# [Problem requirements]
Give again, word for word, every line in the entries below from the line with "Line((-1.27, 4.572), (-3.429, 4.572))" up to and including the line with "extrude(amount=-CUT_EXTRUDE2_DEPTH, mode=Mode.SUBTRACT)", and no other line.

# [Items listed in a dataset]

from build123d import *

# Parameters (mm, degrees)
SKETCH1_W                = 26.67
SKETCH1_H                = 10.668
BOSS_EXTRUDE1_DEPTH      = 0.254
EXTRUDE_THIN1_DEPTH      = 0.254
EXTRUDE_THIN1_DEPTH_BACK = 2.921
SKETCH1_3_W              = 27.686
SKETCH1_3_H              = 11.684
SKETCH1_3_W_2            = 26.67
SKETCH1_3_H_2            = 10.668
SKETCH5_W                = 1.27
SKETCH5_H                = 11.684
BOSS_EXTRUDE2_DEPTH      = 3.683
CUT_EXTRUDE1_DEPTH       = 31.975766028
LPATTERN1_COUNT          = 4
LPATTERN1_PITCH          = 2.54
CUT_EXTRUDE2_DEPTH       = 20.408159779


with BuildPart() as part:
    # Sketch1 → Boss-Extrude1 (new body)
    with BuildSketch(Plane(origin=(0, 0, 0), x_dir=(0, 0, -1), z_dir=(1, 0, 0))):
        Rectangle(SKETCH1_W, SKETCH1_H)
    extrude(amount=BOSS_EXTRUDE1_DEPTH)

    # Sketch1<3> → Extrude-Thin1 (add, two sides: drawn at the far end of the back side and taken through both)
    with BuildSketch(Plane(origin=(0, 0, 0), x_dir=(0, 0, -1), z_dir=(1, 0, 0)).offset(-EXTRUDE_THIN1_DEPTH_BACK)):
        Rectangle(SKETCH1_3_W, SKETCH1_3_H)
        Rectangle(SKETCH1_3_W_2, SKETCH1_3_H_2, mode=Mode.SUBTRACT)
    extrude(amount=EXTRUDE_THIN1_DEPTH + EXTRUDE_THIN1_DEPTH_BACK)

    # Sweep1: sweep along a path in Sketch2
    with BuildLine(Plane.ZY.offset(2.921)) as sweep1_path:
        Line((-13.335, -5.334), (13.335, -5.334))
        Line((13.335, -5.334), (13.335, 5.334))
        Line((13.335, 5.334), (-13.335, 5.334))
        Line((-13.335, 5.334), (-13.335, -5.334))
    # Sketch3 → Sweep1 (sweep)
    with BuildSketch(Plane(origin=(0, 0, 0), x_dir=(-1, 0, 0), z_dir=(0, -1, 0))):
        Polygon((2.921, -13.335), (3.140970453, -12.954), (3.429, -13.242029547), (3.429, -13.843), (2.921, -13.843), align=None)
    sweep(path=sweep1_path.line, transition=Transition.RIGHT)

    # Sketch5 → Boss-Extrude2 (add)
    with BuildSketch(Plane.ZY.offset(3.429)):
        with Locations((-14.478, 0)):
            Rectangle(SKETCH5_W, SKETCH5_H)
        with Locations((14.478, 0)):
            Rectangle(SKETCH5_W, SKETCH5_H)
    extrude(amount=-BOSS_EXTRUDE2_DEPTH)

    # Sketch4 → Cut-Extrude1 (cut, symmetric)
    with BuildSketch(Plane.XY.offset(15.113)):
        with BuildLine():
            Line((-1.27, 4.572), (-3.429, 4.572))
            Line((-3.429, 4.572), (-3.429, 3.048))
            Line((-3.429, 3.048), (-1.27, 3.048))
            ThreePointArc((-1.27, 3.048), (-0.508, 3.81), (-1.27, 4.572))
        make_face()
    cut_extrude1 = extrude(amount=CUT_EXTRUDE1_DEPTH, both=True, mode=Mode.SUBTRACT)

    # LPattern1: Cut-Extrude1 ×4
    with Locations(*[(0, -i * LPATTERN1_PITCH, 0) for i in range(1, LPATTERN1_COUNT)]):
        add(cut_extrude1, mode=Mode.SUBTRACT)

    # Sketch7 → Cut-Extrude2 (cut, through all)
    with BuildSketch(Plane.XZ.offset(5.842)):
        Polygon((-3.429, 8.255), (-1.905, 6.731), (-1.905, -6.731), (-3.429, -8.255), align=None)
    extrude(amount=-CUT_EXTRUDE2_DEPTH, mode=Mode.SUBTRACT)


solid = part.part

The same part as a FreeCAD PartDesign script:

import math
import FreeCAD as App
import Part
import Sketcher
Q = App.Units.Quantity

doc = App.newDocument("Part")
body = doc.addObject("PartDesign::Body", "Body")

sketch1 = doc.addObject("Sketcher::SketchObject", "Sketch")
body.addObject(sketch1)
sketch1.AttachmentSupport = (doc.YZ_Plane, [""])
sketch1.MapMode = "FlatFace"
sketch1.addGeometry([
    Part.LineSegment(App.Vector(5, 13, 0), App.Vector(-5, 13, 0)),
    Part.LineSegment(App.Vector(-5, 13, 0), App.Vector(-5, -13, 0)),
    Part.LineSegment(App.Vector(-5, -13, 0), App.Vector(5, -13, 0)),
    Part.LineSegment(App.Vector(5, -13, 0), App.Vector(5, 13, 0)),
], False)
sketch1.addConstraint([
    Sketcher.Constraint("Coincident", 0, 2, 1, 1),
    Sketcher.Constraint("Coincident", 1, 2, 2, 1),
    Sketcher.Constraint("Coincident", 2, 2, 3, 1),
    Sketcher.Constraint("Coincident", 3, 2, 0, 1),
    Sketcher.Constraint("Horizontal", 0),
    Sketcher.Constraint("Vertical", 1),
    Sketcher.Constraint("Horizontal", 2),
    Sketcher.Constraint("Vertical", 3),
    Sketcher.Constraint("Symmetric", 0, 2, 2, 2, -1, 1),
    Sketcher.Constraint("DistanceX", 0, 2, 0, 1, Q("0.42 in")),
    Sketcher.Constraint("DistanceY", 1, 2, 1, 1, Q("1.05 in")),
])
pad1 = doc.addObject("PartDesign::Pad", "Pad")
body.addObject(pad1)
pad1.Profile = sketch1
pad1.Length = Q("0.01 in")

sketch2 = doc.addObject("Sketcher::SketchObject", "Sketch001")
body.addObject(sketch2)
sketch2.AttachmentSupport = (doc.YZ_Plane, [""])
sketch2.MapMode = "FlatFace"
sketch2.addGeometry([
    Part.LineSegment(App.Vector(6, 14, 0), App.Vector(-6, 14, 0)),
    Part.LineSegment(App.Vector(-6, 14, 0), App.Vector(-6, -14, 0)),
    Part.LineSegment(App.Vector(-6, -14, 0), App.Vector(6, -14, 0)),
    Part.LineSegment(App.Vector(6, -14, 0), App.Vector(6, 14, 0)),
    Part.LineSegment(App.Vector(-5, -13, 0), App.Vector(-5, 13, 0)),
    Part.LineSegment(App.Vector(-5, 13, 0), App.Vector(5, 13, 0)),
    Part.LineSegment(App.Vector(5, 13, 0), App.Vector(5, -13, 0)),
    Part.LineSegment(App.Vector(5, -13, 0), App.Vector(-5, -13, 0)),
], False)
sketch2.addConstraint([
    Sketcher.Constraint("Coincident", 0, 2, 1, 1),
    Sketcher.Constraint("Coincident", 1, 2, 2, 1),
    Sketcher.Constraint("Coincident", 2, 2, 3, 1),
    Sketcher.Constraint("Coincident", 3, 2, 0, 1),
    Sketcher.Constraint("Coincident", 4, 2, 5, 1),
    Sketcher.Constraint("Coincident", 5, 2, 6, 1),
    Sketcher.Constraint("Coincident", 6, 2, 7, 1),
    Sketcher.Constraint("Coincident", 7, 2, 4, 1),
    Sketcher.Constraint("Horizontal", 0),
    Sketcher.Constraint("Vertical", 1),
    Sketcher.Constraint("Horizontal", 2),
    Sketcher.Constraint("Vertical", 3),
    Sketcher.Constraint("Vertical", 4),
    Sketcher.Constraint("Horizontal", 5),
    Sketcher.Constraint("Vertical", 6),
    Sketcher.Constraint("Horizontal", 7),
    Sketcher.Constraint("Symmetric", 0, 2, 2, 2, -1, 1),
    Sketcher.Constraint("Symmetric", 4, 2, 6, 2, -1, 1),
    Sketcher.Constraint("DistanceX", 0, 2, 0, 1, Q("0.46 in")),
    Sketcher.Constraint("DistanceX", 5, 1, 5, 2, Q("0.42 in")),
    Sketcher.Constraint("DistanceY", 1, 2, 1, 1, Q("1.09 in")),
    Sketcher.Constraint("DistanceY", 4, 1, 4, 2, Q("1.05 in")),
])
pad2 = doc.addObject("PartDesign::Pad", "Pad001")
body.addObject(pad2)
pad2.Profile = sketch2
pad2.Type = "TwoLengths"
pad2.Length = Q("0.01 in")
pad2.Length2 = Q("0.115 in")

sketch3 = doc.addObject("Sketcher::SketchObject", "Sketch002")
body.addObject(sketch3)
sketch3.AttachmentSupport = (doc.XZ_Plane, [""])
sketch3.MapMode = "FlatFace"
sketch3.addGeometry([
    Part.LineSegment(App.Vector(-3.14, 12.95, 0), App.Vector(-2.92, 13.34, 0)),
    Part.LineSegment(App.Vector(-2.92, 13.34, 0), App.Vector(-2.92, 13.84, 0)),
    Part.LineSegment(App.Vector(-2.92, 13.84, 0), App.Vector(-3.43, 13.84, 0)),
    Part.LineSegment(App.Vector(-3.43, 13.84, 0), App.Vector(-3.43, 13.24, 0)),
    Part.LineSegment(App.Vector(-3.43, 13.24, 0), App.Vector(-3.14, 12.95, 0)),
], False)
sketch3.addConstraint([
    Sketcher.Constraint("Coincident", 0, 2, 1, 1),
    Sketcher.Constraint("Coincident", 1, 2, 2, 1),
    Sketcher.Constraint("Coincident", 2, 2, 3, 1),
    Sketcher.Constraint("Coincident", 3, 2, 4, 1),
    Sketcher.Constraint("Coincident", 4, 2, 0, 1),
    Sketcher.Constraint("Vertical", 1),
    Sketcher.Constraint("Horizontal", 2),
    Sketcher.Constraint("Vertical", 3),
    Sketcher.Constraint("Equal", 2, 1),
    Sketcher.Constraint("Angle", 0, Q("60 deg")),
    Sketcher.Constraint("Angle", 4, Q("-45 deg")),
    Sketcher.Constraint("DistanceX", 2, 2, 2, 1, Q("0.02 in")),
    Sketcher.Constraint("DistanceY", -1, 1, 4, 2, Q("0.51 in")),
    Sketcher.Constraint("DistanceX", 0, 2, -1, 1, Q("0.115 in")),
    Sketcher.Constraint("DistanceY", -1, 1, 0, 2, Q("0.525 in")),
])
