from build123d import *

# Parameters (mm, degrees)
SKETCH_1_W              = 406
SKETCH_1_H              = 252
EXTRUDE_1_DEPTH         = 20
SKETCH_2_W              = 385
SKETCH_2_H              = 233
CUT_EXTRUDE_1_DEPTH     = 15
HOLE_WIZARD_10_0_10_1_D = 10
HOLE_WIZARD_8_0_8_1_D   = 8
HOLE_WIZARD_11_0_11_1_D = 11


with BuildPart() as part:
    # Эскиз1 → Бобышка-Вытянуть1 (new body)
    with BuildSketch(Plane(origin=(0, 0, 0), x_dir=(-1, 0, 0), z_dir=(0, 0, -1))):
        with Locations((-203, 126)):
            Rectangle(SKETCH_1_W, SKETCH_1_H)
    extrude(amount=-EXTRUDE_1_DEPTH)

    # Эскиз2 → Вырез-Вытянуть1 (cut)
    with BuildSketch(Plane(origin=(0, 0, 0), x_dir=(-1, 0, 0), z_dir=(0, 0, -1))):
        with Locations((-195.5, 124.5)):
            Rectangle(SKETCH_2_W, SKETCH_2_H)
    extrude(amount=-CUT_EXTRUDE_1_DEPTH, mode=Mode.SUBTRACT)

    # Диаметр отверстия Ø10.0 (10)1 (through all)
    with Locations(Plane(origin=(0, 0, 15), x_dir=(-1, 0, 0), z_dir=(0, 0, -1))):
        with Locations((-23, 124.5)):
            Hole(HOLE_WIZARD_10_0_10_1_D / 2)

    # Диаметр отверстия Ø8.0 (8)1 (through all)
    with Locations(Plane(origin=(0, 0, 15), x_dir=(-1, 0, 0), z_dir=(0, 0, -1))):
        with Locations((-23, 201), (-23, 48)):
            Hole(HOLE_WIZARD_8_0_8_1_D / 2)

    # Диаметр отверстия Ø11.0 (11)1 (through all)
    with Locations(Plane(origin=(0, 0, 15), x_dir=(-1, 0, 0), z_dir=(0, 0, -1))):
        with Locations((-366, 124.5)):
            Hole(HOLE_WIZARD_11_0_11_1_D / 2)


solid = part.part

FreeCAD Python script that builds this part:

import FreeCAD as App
import Part
import Sketcher


def add_polygon(sketch, points):
    """Adds a closed chain of lines whose ends are joined by coincident constraints."""
    first, n = sketch.GeometryCount, len(points)
    for a, b in zip(points, points[1:] + points[:1]):
        sketch.addGeometry(Part.LineSegment(App.Vector(*a, 0), App.Vector(*b, 0)), False)
    for i in range(n):
        sketch.addConstraint(Sketcher.Constraint("Coincident", first + i, 2, first + (i + 1) % n, 1))

doc = App.newDocument("Part")
body = doc.addObject("PartDesign::Body", "Body")

# Sketch on XY plane
sketch1 = doc.addObject("Sketcher::SketchObject", "Sketch")
body.addObject(sketch1)
sketch1.AttachmentSupport = (doc.XY_Plane, [""])
sketch1.MapMode = "FlatFace"
add_polygon(sketch1, [(406, 252), (406, 0), (0, 0), (0, 252)])  # lines 0-3
sketch1.addConstraint([
    Sketcher.Constraint("Vertical", 0),
    Sketcher.Constraint("Horizontal", 1),
    Sketcher.Constraint("Vertical", 2),
    Sketcher.Constraint("Horizontal", 3),
    Sketcher.Constraint("Coincident", 1, 2, -1, 1),
    Sketcher.Constraint("DistanceX", 1, 2, 1, 1, 406.0),
    Sketcher.Constraint("DistanceY", 0, 2, 0, 1, 252.0),
])
pad1 = doc.addObject("PartDesign::Pad", "Pad")
body.addObject(pad1)
pad1.Profile = sketch1
pad1.Length = 20

# Sketch on XY plane
sketch2 = doc.addObject("Sketcher::SketchObject", "Sketch001")
body.addObject(sketch2)
sketch2.AttachmentSupport = (doc.XY_Plane, [""])
sketch2.MapMode = "FlatFace"
add_polygon(sketch2, [(388, 241), (388, 8), (3, 8), (3, 241)])  # lines 0-3
sketch2.addConstraint([
    Sketcher.Constraint("Vertical", 0),
    Sketcher.Constraint("Horizontal", 1),
    Sketcher.Constraint("Vertical", 2),
    Sketcher.Constraint("Horizontal", 3),
    Sketcher.Constraint("DistanceX", 1, 2, 1, 1, 385.0),
    Sketcher.Constraint("DistanceY", 0, 2, 0, 1, 233.0),
    Sketcher.Constraint("DistanceX", -1, 1, 0, 2, 388.0),
    Sketcher.Constraint("DistanceY", -1, 1, 0, 2, 8.0),
])
pocket1 = doc.addObject("PartDesign::Pocket", "Pocket")
body.addObject(pocket1)
pocket1.Profile = sketch2
pocket1.Length = 15
pocket1.Reversed = True

# Sketch on XY plane
sketch3 = doc.addObject("Sketcher::SketchObject", "Sketch002")
body.addObject(sketch3)
sketch3.AttachmentSupport = (doc.XY_Plane, [""])
sketch3.MapMode = "FlatFace"
sketch3.AttachmentOffset = App.Placement(App.Vector(0, 0, 15), App.Rotation())
sketch3.addGeometry(Part.Circle(App.Vector(23, 124, 0), App.Vector(0, 0, 1), 5), False)
sketch3.addConstraint([
    Sketcher.Constraint("Diameter", 0, 10.0),
    Sketcher.Constraint("DistanceX", -1, 1, 0, 3, 23.0),
    Sketcher.Constraint("DistanceY", -1, 1, 0, 3, 124.5),
])
doc.recompute()
hole = doc.addObject("PartDesign::Hole", "Hole")
body.addObject(hole)
hole.Profile = sketch3
hole.ThreadType = "None"
hole.Diameter = 10
hole.DepthType = "ThroughAll"
hole.Reversed = True

# Sketch on XY plane
sketch4 = doc.addObject("Sketcher::SketchObject", "Sketch003")
body.addObject(sketch4)
sketch4.AttachmentSupport = (doc.XY_Plane, [""])
sketch4.MapMode = "FlatFace"
sketch4.AttachmentOffset = App.Placement(App.Vector(0, 0, 15), App.Rotation())
sketch4.addGeometry([
    Part.Circle(App.Vector(23, 201, 0), App.Vector(0, 0, 1), 4),
    Part.Circle(App.Vector(23, 48, 0), App.Vector(0, 0, 1), 4),
], False)
sketch4.addConstraint([
    Sketcher.Constraint("Equal", 0, 1),
    Sketcher.Constraint("Vertical", 0, 3, 1, 3),
    Sketcher.Constraint("Diameter", 0, 8.0),
    Sketcher.Constraint("DistanceX", -1, 1, 0, 3, 23.0),
    Sketcher.Constraint("DistanceY", -1, 1, 0, 3, 201.0),
    Sketcher.Constraint("DistanceY", -1, 1, 1, 3, 48.0),
])
doc.recompute()
hole2 = doc.addObject("PartDesign::Hole", "Hole001")
body.addObject(hole2)
hole2.Profile = sketch4
hole2.ThreadType = "None"
hole2.Diameter = 8
hole2.DepthType = "ThroughAll"
hole2.Reversed = True

# Sketch on XY plane
sketch5 = doc.addObject("Sketcher::SketchObject", "Sketch004")
body.addObject(sketch5)
sketch5.AttachmentSupport = (doc.XY_Plane, [""])
sketch5.MapMode = "FlatFace"
sketch5.AttachmentOffset = App.Placement(App.Vector(0, 0, 15), App.Rotation())
sketch5.addGeometry(Part.Circle(App.Vector(366, 124, 0), App.Vector(0, 0, 1), 6), False)
sketch5.addConstraint([
    Sketcher.Constraint("Diameter", 0, 11.0),
    Sketcher.Constraint("DistanceX", -1, 1, 0, 3, 366.0),
    Sketcher.Constraint("DistanceY", -1, 1, 0, 3, 124.5),
])
doc.recompute()
hole3 = doc.addObject("PartDesign::Hole", "Hole002")
body.addObject(hole3)
hole3.Profile = sketch5
hole3.ThreadType = "None"
hole3.Diameter = 11
hole3.DepthType = "ThroughAll"
hole3.Reversed = True

doc.recompute()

# [Exercise response]
            Line((-1.27, 4.572), (-3.429, 4.572))
            Line((-3.429, 4.572), (-3.429, 3.048))
            Line((-3.429, 3.048), (-1.27, 3.048))
            ThreePointArc((-1.27, 3.048), (-0.508, 3.81), (-1.27, 4.572))
        make_face()
    cut_extrude1 = extrude(amount=CUT_EXTRUDE1_DEPTH, both=True, mode=Mode.SUBTRACT)

    # LPattern1: Cut-Extrude1 ×4
    with Locations(*[(0, -i * LPATTERN1_PITCH, 0) for i in range(1, LPATTERN1_COUNT)]):
        add(cut_extrude1, mode=Mode.SUBTRACT)

    # Sketch7 → Cut-Extrude2 (cut, through all)
    with BuildSketch(Plane.XZ.offset(5.842)):
        Polygon((-3.429, 8.255), (-1.905, 6.731), (-1.905, -6.731), (-3.429, -8.255), align=None)
    extrude(amount=-CUT_EXTRUDE2_DEPTH, mode=Mode.SUBTRACT)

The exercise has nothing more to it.